Collected data entries
○ ○ ○

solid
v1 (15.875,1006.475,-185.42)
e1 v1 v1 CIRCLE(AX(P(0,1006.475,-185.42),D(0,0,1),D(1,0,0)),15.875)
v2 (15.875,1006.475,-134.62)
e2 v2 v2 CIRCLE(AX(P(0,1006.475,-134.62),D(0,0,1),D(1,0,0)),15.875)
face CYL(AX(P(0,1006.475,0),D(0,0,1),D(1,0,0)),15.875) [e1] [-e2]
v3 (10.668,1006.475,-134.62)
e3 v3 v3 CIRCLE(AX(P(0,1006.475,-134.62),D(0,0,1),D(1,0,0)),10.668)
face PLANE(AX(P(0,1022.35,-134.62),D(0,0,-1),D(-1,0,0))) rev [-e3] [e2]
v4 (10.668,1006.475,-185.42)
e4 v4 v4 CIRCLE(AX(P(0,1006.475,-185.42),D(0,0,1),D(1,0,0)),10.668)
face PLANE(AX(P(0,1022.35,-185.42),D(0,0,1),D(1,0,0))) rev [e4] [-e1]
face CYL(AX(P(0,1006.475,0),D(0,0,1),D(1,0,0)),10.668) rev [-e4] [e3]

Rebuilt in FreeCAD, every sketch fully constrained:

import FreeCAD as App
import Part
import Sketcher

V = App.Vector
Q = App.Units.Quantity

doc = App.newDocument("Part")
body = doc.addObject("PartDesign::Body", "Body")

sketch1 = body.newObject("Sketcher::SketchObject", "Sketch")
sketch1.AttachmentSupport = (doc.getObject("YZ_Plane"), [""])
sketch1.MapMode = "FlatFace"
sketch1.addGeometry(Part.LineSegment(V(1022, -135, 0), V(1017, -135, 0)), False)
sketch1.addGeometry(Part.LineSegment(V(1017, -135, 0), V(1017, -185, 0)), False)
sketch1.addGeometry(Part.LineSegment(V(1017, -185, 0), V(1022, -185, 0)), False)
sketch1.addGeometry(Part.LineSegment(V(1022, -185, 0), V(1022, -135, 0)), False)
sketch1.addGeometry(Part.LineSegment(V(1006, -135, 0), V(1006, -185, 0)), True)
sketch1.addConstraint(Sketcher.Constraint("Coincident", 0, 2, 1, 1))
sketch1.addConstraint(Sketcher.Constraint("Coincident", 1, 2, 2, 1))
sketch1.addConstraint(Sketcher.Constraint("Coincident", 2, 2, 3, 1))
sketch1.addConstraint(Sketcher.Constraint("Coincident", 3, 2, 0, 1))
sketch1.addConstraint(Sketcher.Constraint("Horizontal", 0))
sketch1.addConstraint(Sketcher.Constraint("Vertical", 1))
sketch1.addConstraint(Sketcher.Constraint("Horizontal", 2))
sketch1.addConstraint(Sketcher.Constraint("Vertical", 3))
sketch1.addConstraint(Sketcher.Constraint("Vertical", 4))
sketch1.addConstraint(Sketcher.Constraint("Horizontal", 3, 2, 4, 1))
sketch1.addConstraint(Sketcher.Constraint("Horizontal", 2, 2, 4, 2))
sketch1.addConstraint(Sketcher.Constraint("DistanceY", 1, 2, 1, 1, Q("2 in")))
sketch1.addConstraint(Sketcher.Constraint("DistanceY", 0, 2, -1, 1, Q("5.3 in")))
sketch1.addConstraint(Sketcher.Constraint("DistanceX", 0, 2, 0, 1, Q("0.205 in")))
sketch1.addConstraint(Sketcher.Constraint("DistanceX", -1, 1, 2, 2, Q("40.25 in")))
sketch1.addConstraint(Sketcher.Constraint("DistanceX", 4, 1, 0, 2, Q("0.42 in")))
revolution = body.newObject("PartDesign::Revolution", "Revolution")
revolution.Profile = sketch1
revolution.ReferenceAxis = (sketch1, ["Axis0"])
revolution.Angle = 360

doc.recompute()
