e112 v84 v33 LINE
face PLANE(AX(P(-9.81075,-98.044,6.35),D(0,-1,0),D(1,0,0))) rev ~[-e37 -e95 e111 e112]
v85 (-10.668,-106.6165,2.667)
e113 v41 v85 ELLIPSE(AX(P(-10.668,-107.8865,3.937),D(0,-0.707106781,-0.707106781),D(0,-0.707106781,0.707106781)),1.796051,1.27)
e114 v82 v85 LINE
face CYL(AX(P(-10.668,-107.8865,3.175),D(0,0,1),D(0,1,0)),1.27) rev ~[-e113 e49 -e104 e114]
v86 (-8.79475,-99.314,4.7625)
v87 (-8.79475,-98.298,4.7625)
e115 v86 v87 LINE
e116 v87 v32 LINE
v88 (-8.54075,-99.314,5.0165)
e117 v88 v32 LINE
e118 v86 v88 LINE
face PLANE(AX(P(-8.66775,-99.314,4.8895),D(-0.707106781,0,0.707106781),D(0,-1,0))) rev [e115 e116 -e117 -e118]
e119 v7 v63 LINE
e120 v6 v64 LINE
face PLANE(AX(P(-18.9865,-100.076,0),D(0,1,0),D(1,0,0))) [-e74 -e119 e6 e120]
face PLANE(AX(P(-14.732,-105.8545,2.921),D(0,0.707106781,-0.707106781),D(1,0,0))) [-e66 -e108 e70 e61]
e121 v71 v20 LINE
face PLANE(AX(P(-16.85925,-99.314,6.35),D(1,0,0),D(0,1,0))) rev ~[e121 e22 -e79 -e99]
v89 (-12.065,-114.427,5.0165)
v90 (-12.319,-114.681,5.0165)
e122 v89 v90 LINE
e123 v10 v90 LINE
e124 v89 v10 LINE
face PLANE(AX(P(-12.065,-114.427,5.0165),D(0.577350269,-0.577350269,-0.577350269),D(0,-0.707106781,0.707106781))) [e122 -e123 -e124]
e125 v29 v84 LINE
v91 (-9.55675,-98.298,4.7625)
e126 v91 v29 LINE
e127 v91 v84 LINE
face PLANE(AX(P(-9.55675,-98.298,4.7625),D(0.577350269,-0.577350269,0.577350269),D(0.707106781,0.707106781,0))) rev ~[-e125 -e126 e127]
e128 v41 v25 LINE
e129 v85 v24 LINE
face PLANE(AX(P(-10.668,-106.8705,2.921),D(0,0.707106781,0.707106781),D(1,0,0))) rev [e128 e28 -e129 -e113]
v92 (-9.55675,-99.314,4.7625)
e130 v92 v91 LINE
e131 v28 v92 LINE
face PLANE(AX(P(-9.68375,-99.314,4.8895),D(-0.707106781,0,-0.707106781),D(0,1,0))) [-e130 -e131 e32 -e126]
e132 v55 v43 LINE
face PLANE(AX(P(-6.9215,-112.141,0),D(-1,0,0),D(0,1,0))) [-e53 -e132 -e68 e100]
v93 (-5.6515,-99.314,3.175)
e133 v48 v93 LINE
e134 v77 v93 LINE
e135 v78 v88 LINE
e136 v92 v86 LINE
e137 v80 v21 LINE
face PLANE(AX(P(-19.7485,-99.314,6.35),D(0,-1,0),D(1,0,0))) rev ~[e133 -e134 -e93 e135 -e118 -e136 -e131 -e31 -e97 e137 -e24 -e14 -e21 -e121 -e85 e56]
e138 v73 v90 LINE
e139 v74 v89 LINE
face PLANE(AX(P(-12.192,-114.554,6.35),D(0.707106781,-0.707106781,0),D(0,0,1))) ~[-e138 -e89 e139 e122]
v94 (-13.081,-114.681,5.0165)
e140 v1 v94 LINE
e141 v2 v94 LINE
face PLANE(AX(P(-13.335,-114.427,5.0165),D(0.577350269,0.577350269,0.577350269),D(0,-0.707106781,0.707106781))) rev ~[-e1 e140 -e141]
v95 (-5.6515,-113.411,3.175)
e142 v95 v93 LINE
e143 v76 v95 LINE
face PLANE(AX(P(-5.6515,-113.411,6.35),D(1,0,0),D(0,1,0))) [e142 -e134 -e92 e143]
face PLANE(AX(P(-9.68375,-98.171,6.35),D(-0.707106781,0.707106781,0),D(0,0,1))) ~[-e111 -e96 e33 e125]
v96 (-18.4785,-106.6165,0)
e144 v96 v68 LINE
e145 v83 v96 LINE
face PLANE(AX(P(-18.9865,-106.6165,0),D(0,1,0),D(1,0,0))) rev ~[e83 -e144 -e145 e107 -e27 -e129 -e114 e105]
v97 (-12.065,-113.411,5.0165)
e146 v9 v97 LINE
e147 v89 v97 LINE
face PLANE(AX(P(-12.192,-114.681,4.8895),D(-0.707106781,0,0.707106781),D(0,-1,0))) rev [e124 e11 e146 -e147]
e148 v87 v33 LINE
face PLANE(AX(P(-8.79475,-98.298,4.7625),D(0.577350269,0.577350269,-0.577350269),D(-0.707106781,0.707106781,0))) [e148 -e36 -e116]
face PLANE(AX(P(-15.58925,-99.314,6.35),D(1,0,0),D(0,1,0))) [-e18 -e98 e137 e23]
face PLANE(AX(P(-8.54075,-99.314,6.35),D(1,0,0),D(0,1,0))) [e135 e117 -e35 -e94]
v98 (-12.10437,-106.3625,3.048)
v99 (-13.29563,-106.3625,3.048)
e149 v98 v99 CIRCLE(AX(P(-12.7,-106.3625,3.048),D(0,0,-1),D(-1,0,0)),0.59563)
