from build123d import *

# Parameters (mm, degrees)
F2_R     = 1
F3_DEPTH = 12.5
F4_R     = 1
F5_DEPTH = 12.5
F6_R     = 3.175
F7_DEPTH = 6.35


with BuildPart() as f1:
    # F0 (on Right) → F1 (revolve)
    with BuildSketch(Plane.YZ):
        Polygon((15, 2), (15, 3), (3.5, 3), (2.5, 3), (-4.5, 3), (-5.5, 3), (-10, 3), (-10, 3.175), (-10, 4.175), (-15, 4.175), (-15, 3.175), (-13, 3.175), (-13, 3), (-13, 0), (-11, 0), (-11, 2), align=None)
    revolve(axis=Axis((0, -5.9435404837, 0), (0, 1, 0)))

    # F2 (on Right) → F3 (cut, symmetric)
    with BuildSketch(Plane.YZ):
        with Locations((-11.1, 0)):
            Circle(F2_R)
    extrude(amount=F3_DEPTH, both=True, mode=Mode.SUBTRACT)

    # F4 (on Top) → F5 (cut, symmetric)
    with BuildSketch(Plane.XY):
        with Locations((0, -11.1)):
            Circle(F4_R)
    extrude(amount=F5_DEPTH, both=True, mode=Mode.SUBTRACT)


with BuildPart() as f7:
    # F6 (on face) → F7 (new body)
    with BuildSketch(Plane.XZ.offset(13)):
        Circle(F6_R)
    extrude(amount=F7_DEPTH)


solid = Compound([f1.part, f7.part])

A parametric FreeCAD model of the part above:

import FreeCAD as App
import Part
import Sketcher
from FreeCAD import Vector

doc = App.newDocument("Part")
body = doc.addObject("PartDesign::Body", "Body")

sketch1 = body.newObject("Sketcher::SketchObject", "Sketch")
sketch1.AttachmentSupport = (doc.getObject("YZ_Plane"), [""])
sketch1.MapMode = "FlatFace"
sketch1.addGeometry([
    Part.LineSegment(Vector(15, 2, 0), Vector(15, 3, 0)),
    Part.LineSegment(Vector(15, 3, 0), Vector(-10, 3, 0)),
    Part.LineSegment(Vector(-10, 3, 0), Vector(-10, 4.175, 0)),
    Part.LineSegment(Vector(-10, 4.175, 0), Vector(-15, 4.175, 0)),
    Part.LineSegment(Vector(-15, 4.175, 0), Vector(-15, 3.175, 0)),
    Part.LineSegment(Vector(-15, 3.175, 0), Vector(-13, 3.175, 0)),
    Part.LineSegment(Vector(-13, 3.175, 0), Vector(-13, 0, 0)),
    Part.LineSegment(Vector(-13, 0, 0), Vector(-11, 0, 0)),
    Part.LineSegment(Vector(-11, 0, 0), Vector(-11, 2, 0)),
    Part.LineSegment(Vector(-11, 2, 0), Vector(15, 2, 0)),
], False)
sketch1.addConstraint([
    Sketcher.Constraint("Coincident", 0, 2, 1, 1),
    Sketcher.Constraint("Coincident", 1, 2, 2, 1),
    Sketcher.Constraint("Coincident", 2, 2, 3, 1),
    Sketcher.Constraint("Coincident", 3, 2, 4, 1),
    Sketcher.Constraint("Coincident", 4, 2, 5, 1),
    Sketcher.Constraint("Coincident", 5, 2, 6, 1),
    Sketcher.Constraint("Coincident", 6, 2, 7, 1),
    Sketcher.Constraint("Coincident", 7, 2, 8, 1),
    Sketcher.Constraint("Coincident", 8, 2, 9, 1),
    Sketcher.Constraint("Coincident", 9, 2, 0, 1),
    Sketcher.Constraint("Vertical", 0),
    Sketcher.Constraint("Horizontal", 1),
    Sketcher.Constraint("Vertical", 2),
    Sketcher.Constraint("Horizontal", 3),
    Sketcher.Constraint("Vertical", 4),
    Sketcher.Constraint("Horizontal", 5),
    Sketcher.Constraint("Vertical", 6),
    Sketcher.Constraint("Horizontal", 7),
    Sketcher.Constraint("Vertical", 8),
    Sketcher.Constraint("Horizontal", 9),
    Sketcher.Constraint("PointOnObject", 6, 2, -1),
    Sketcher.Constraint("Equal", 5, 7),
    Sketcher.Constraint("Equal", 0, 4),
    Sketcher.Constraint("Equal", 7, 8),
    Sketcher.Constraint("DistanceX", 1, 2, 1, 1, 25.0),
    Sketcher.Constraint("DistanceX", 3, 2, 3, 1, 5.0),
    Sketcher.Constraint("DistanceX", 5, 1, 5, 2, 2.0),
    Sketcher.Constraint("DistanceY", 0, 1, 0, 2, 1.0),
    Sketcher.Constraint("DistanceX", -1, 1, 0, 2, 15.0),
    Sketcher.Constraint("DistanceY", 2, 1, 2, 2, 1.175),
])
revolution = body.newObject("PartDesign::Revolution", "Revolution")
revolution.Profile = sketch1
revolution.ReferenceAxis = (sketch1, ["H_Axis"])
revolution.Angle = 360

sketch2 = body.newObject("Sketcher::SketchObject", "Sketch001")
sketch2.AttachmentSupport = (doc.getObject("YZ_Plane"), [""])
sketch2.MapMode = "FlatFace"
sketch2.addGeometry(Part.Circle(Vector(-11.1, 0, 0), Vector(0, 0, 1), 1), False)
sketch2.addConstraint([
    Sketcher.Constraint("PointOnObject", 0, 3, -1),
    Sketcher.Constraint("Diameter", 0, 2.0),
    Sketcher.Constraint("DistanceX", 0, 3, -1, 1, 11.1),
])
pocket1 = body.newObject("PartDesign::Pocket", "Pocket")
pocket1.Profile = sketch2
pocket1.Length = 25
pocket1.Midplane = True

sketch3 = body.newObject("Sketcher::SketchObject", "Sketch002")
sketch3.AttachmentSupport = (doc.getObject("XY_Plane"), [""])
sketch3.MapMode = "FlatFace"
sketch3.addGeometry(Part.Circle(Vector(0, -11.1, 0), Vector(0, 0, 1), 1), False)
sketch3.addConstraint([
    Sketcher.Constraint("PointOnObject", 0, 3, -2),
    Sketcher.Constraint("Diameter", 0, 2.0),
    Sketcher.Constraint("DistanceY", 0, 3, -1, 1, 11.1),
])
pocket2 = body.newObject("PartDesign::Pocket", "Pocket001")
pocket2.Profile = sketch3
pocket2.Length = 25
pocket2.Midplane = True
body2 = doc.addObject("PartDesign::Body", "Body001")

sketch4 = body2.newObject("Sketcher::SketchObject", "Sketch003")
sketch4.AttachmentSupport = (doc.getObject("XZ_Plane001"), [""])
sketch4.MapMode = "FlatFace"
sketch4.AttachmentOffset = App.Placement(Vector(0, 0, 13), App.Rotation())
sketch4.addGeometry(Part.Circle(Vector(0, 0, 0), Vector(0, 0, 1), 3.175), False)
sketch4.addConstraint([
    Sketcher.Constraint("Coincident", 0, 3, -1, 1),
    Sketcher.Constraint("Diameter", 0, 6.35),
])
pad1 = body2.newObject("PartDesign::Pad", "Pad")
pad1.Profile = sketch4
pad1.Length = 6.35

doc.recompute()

○ ○ ○

Directions for this task
Both end lines included, restate word for word the lines above from the line with "e11 e146 -e147]" to the line with "e148 v87 v33 LINE", and nothing else.

Answer box
face PLANE(AX(P(-12.192,-114.681,4.8895),D(-0.707106781,0,0.707106781),D(0,-1,0))) rev [e124 e11 e146 -e147]
e148 v87 v33 LINE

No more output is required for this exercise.